Среди видов насилия наиболее табуированной является тема изнасилования, и в большинстве своем об этом писали свидетели, а не жертвы. До сих пор существующая традиция обвинения женщины в провокационном поведении, осуждение и непонимание жертв изнасилования заставляли женщин не писать и не говорить об этом. Самые страшные избиения, отправка в ледяной штрафной изолятор по сути своей не были такими унизительными, как изнасилование. Тема физического насилия связана и с повторным переживанием травмы, и с полным и абсолютным признанием положения жертвы. Неудивительно, что многие женщины старались стереть из памяти и свои переживания, и сами события.
Угроза изнасилования была неотъемлемой частью жизни заключенных женщин. Эта угроза возникала на каждом шагу, начиная с ареста и следствия. Мария Бурак (р. 1923), арестованная и осужденная в 1948 г. за попытку уехать на родину, в Румынию, вспоминает: «Во время допросов применяли недозволенные приемы, били, требовали, чтобы я в чем-то призналась. Я плохо понимала язык и что они от меня хотят, и когда им не удавалось заполучить мое признание о помыслах бежать в Румынию, то даже насиловали меня».[495]
Такие признания встречаются нечасто. О том, что испытала Ариадна Эфрон во время следствия, известно только из ее заявлений, сохранившихся в ее деле.[496] Но вся ли правда указана в заявлениях? Заявление заключенного — это чаше всего слово заключенного против слова администрации. Следы на теле, оставленные побоями, могут будут засвидетельствованы сокамерниками. Заключение в холодный карцер, по крайней мере, может быть записано в деле как свидетельство нарушения тюремно-лагерного режима заключенным. Изнасилование же не оставляет видимых следов. Никто не поверит слову заключенного, кроме того, изнасилование часто и не рассматривается как преступление. Просто происходит языковая подмена: насилие, т. е. «взятие силой», заменяется глаголом «дать». Это отражено в блатной песне:Хоп-гоп, Зоя!
Кому дала стоя?
Начальнику конвоя!
Не выхода из строя!
Поэтому бесполезно жаловаться на изнасилования, совершенные охраной и администрацией. Бесполезно жаловаться на изнасилования, совершенные другими заключенными в лагере.
Для Марии Капнист, отбывшей в заключении 18 лет, лагерь был, по словам дочери, «запретной темой».[497]
Она очень скупо и неохотно рассказывала о пережитом, и только по обрывкам воспоминаний, которые запомнили окружавшие ее друзья, можно восстановить детали. Однажды она отбилась от попытки начальника изнасиловать ее и с тех нор мазала лицо сажей, которая на годы въедалась в кожу.[498] Принуждение к сожительству было нормой, а за отказ женщину могли послать либо в барак к уголовникам, либо на самые тяжелые работы. Елене Марковой, отказавшейся от сожительства с начальником учетно-распределительной части одного из Воркутинских лагерей, было сказано: «Ты — хуже рабыни! Полное ничтожество! Что хочу, то и сделаю с тобой!»[499] Ее сразу же отправили на переноску бревен, самую тяжелую физическую работу в шахте. Эта работа была под силу только самым сильным мужчинам.Надежду Капель, по воспоминаниям Марии Белкиной, насиловал не сам следователь, а один из охранников, которого вызывали для физических пыток.[500]

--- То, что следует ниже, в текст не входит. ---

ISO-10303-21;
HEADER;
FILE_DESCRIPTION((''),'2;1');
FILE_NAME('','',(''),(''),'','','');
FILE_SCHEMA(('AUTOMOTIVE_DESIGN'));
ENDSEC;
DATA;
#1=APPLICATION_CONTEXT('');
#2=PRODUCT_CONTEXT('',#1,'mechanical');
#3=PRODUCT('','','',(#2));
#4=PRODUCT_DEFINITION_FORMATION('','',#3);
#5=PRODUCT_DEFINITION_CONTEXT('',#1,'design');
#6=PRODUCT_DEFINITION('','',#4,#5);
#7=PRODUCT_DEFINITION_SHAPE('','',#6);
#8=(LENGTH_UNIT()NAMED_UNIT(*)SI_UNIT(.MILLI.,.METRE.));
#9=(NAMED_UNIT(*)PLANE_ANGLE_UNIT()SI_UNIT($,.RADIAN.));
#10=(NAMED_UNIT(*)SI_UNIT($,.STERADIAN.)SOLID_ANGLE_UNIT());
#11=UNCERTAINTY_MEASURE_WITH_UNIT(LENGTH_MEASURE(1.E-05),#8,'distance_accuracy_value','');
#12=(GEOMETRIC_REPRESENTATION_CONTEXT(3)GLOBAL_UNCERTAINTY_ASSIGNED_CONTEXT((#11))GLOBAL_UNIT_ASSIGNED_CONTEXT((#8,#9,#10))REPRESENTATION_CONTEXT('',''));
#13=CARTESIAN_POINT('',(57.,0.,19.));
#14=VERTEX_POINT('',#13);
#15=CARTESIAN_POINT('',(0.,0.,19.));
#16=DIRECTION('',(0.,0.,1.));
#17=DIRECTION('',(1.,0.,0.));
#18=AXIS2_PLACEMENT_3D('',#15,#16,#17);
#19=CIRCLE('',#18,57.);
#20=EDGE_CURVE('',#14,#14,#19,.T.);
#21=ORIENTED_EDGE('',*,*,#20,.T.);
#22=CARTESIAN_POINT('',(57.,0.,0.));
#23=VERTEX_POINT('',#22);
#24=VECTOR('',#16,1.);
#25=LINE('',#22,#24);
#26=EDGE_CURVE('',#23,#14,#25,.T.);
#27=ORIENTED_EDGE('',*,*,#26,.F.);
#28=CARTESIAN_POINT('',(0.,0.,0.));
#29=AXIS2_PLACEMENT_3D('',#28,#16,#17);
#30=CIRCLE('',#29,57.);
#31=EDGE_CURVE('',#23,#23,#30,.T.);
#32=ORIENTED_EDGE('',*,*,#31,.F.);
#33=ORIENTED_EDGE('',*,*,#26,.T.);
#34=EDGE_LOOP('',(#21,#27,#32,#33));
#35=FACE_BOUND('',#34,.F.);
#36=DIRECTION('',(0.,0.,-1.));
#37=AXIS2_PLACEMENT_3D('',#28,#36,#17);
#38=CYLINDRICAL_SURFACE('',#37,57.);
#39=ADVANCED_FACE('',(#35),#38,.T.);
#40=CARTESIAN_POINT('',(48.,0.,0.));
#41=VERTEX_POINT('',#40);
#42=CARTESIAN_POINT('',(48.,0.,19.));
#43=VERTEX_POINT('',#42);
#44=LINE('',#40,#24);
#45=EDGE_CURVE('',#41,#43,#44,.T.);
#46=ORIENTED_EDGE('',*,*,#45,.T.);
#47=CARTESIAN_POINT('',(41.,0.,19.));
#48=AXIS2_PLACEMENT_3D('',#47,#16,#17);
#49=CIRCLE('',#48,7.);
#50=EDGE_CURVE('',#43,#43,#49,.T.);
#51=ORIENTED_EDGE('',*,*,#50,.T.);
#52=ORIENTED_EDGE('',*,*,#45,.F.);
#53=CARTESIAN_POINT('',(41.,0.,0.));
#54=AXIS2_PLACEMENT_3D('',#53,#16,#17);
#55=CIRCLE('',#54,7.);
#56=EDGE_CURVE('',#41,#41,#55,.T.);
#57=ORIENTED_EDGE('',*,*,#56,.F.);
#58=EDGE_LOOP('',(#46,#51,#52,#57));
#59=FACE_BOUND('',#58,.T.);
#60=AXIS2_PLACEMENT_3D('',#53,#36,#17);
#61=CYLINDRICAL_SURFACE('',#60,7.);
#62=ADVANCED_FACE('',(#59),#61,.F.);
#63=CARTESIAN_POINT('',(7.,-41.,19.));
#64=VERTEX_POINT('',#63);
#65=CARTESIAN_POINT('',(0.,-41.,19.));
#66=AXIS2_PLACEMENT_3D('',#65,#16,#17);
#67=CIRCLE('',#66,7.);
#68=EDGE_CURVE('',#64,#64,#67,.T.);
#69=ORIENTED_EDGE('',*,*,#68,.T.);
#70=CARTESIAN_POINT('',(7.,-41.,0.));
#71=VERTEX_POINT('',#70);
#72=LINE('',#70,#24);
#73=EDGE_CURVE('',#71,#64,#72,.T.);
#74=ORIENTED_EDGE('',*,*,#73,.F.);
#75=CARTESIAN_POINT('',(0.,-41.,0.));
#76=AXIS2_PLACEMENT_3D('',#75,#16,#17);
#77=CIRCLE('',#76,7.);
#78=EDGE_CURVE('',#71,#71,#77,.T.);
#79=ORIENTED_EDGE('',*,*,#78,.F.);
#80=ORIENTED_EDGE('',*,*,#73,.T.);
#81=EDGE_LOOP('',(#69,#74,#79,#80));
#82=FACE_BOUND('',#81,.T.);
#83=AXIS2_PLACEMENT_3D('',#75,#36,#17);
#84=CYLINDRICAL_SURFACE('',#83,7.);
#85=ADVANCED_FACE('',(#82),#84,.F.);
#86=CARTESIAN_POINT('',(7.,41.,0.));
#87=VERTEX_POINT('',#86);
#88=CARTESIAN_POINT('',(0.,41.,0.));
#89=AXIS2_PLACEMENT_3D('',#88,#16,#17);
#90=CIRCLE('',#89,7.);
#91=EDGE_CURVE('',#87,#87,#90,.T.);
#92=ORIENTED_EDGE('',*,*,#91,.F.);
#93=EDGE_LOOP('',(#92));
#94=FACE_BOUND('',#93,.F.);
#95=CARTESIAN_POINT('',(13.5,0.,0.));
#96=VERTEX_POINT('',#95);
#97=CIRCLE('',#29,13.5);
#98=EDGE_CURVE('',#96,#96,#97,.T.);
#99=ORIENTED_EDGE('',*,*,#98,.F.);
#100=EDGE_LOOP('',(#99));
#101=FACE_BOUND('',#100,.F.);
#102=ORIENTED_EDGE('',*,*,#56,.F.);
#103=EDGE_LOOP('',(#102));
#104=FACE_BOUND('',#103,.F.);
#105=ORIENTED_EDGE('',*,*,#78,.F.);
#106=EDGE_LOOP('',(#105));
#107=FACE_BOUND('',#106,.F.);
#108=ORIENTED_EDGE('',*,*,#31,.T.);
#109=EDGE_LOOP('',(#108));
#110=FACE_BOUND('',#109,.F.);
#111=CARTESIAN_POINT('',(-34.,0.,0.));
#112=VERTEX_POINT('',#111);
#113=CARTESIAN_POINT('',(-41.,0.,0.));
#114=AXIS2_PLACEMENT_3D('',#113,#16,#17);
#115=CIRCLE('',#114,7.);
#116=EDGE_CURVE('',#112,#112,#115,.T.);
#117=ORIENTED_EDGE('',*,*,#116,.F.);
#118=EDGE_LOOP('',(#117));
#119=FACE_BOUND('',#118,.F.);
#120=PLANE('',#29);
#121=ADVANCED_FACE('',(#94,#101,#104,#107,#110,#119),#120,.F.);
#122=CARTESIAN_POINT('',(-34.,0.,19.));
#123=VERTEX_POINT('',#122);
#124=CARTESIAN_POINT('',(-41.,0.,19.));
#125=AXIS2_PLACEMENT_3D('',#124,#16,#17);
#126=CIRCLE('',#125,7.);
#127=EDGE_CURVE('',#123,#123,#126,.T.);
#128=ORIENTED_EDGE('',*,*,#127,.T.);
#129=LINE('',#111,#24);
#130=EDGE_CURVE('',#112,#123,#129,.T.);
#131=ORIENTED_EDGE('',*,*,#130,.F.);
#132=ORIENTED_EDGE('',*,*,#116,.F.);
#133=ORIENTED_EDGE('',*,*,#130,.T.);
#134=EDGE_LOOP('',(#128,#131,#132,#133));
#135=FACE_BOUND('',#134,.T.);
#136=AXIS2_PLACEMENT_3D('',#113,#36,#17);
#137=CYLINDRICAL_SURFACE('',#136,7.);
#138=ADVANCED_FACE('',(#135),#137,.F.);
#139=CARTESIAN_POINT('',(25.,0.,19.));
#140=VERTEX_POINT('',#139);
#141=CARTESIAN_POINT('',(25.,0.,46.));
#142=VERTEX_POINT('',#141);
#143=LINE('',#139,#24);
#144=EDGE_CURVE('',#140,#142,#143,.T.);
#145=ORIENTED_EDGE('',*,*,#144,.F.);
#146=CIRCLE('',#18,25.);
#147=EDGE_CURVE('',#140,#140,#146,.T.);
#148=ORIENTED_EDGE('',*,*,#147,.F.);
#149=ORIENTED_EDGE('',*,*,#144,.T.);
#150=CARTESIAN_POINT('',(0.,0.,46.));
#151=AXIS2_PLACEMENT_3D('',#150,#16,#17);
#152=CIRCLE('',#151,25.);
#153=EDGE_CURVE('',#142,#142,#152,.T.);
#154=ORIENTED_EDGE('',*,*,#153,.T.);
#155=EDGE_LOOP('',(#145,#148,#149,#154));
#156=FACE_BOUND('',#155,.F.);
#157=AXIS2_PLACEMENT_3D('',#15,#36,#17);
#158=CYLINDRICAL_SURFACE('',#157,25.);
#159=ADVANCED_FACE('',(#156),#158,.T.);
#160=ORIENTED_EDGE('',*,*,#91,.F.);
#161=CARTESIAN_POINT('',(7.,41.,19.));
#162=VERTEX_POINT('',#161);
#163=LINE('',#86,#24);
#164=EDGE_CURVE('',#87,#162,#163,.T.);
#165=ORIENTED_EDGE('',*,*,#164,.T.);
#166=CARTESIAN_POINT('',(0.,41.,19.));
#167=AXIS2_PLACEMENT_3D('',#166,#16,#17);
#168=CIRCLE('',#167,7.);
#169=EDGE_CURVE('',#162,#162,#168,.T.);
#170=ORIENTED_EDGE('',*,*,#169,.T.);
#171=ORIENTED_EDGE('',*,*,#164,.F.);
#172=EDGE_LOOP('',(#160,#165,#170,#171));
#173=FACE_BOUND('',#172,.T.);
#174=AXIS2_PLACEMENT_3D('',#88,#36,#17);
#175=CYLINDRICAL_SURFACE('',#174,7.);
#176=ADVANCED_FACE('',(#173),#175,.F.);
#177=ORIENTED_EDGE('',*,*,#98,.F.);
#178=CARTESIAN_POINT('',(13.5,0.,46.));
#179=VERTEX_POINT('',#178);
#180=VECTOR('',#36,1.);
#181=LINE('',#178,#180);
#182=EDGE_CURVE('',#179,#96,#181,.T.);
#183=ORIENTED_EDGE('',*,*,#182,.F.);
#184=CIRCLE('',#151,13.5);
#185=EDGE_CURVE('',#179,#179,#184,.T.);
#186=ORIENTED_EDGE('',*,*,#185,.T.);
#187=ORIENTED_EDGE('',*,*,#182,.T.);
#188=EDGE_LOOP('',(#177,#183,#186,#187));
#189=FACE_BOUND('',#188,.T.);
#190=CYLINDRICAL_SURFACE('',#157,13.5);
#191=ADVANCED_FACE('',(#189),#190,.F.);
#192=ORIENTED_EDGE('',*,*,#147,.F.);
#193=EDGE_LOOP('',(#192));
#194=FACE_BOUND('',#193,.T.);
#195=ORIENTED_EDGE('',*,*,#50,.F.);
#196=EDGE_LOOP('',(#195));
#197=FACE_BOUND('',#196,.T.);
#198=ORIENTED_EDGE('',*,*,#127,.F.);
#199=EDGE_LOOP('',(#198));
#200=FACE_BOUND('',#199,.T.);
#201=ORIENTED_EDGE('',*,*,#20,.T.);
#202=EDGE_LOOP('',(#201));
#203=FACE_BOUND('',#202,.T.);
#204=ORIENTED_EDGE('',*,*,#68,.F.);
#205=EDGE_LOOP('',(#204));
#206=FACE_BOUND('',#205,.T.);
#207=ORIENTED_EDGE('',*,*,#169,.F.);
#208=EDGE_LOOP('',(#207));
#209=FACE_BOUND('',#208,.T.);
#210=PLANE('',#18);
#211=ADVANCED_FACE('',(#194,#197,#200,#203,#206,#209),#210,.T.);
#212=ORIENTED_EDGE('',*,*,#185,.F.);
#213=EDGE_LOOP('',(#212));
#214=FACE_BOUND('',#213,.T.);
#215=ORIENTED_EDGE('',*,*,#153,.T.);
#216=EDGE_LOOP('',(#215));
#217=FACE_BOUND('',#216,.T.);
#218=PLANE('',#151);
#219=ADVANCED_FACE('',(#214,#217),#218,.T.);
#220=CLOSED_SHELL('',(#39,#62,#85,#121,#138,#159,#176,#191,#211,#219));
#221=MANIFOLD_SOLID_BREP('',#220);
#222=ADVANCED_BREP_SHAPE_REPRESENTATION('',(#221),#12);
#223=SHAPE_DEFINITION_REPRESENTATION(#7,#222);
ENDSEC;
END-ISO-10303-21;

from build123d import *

# Parameters (mm, degrees)
F0_R     = 57
F0_R_2   = 7
F0_R_3   = 13.5
F1_DEPTH = 19
F2_R     = 25
F2_R_2   = 13.5
F3_DEPTH = 27


with BuildPart() as f1:
    # F0 (on Top) → F1 (new body)
    with BuildSketch(Plane.XY):
        Circle(F0_R)
        with Locations((0, -41)):
            Circle(F0_R_2, mode=Mode.SUBTRACT)
        with Locations((-41, 0)):
            Circle(F0_R_2, mode=Mode.SUBTRACT)
        Circle(F0_R_3, mode=Mode.SUBTRACT)
        with Locations((41, 0)):
            Circle(F0_R_2, mode=Mode.SUBTRACT)
        with Locations((0, 41)):
            Circle(F0_R_2, mode=Mode.SUBTRACT)
    extrude(amount=F1_DEPTH)

    # F2 (on face) → F3 (join)
    with BuildSketch(Plane.XY.offset(19)):
        Circle(F2_R)
        Circle(F2_R_2, mode=Mode.SUBTRACT)
    extrude(amount=F3_DEPTH)


solid = f1.part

И если в камере или бараке женщины могли делиться пережитым, то при выходе на волю тема табуировалась. Даже в ГУЛАГе изнасилование не стало коллективным опытом. Унижение, стыд и боязнь общественного осуждения и непонимания были личной трагедией и заставляли прибегать к защитному механизму отрицания.Групповое изнасилование гоже имеет свою лагерную терминологию: «попасть под трамвай» — значит стать жертвой группового изнасилования. Елена Глинка описывает групповое изнасилование в автобиографических рассказах «Колымский трамвай средней тяжести»[501]
и «Трюм».[502] В «Колымском трамвае» нет авторского «я». Одна из героинь повествования — ленинградская студентка — избежала группового изнасилования, но се «на все два дня <...> выбрал парторг шахты <...> Из уважения к нему никто больше не притрагивался к студентке, а сам парторг даже сделал ей подарок — новую расческу, дефицитнейшую вещь в лагере. Студентке не пришлось ни кричать, ни отбиваться, ни вырываться, как другим, — она была благодарна Богу, что досталась одному».[503]В данном случае рассказ «от третьего лица» делает возможным само свидетельство о преступлении.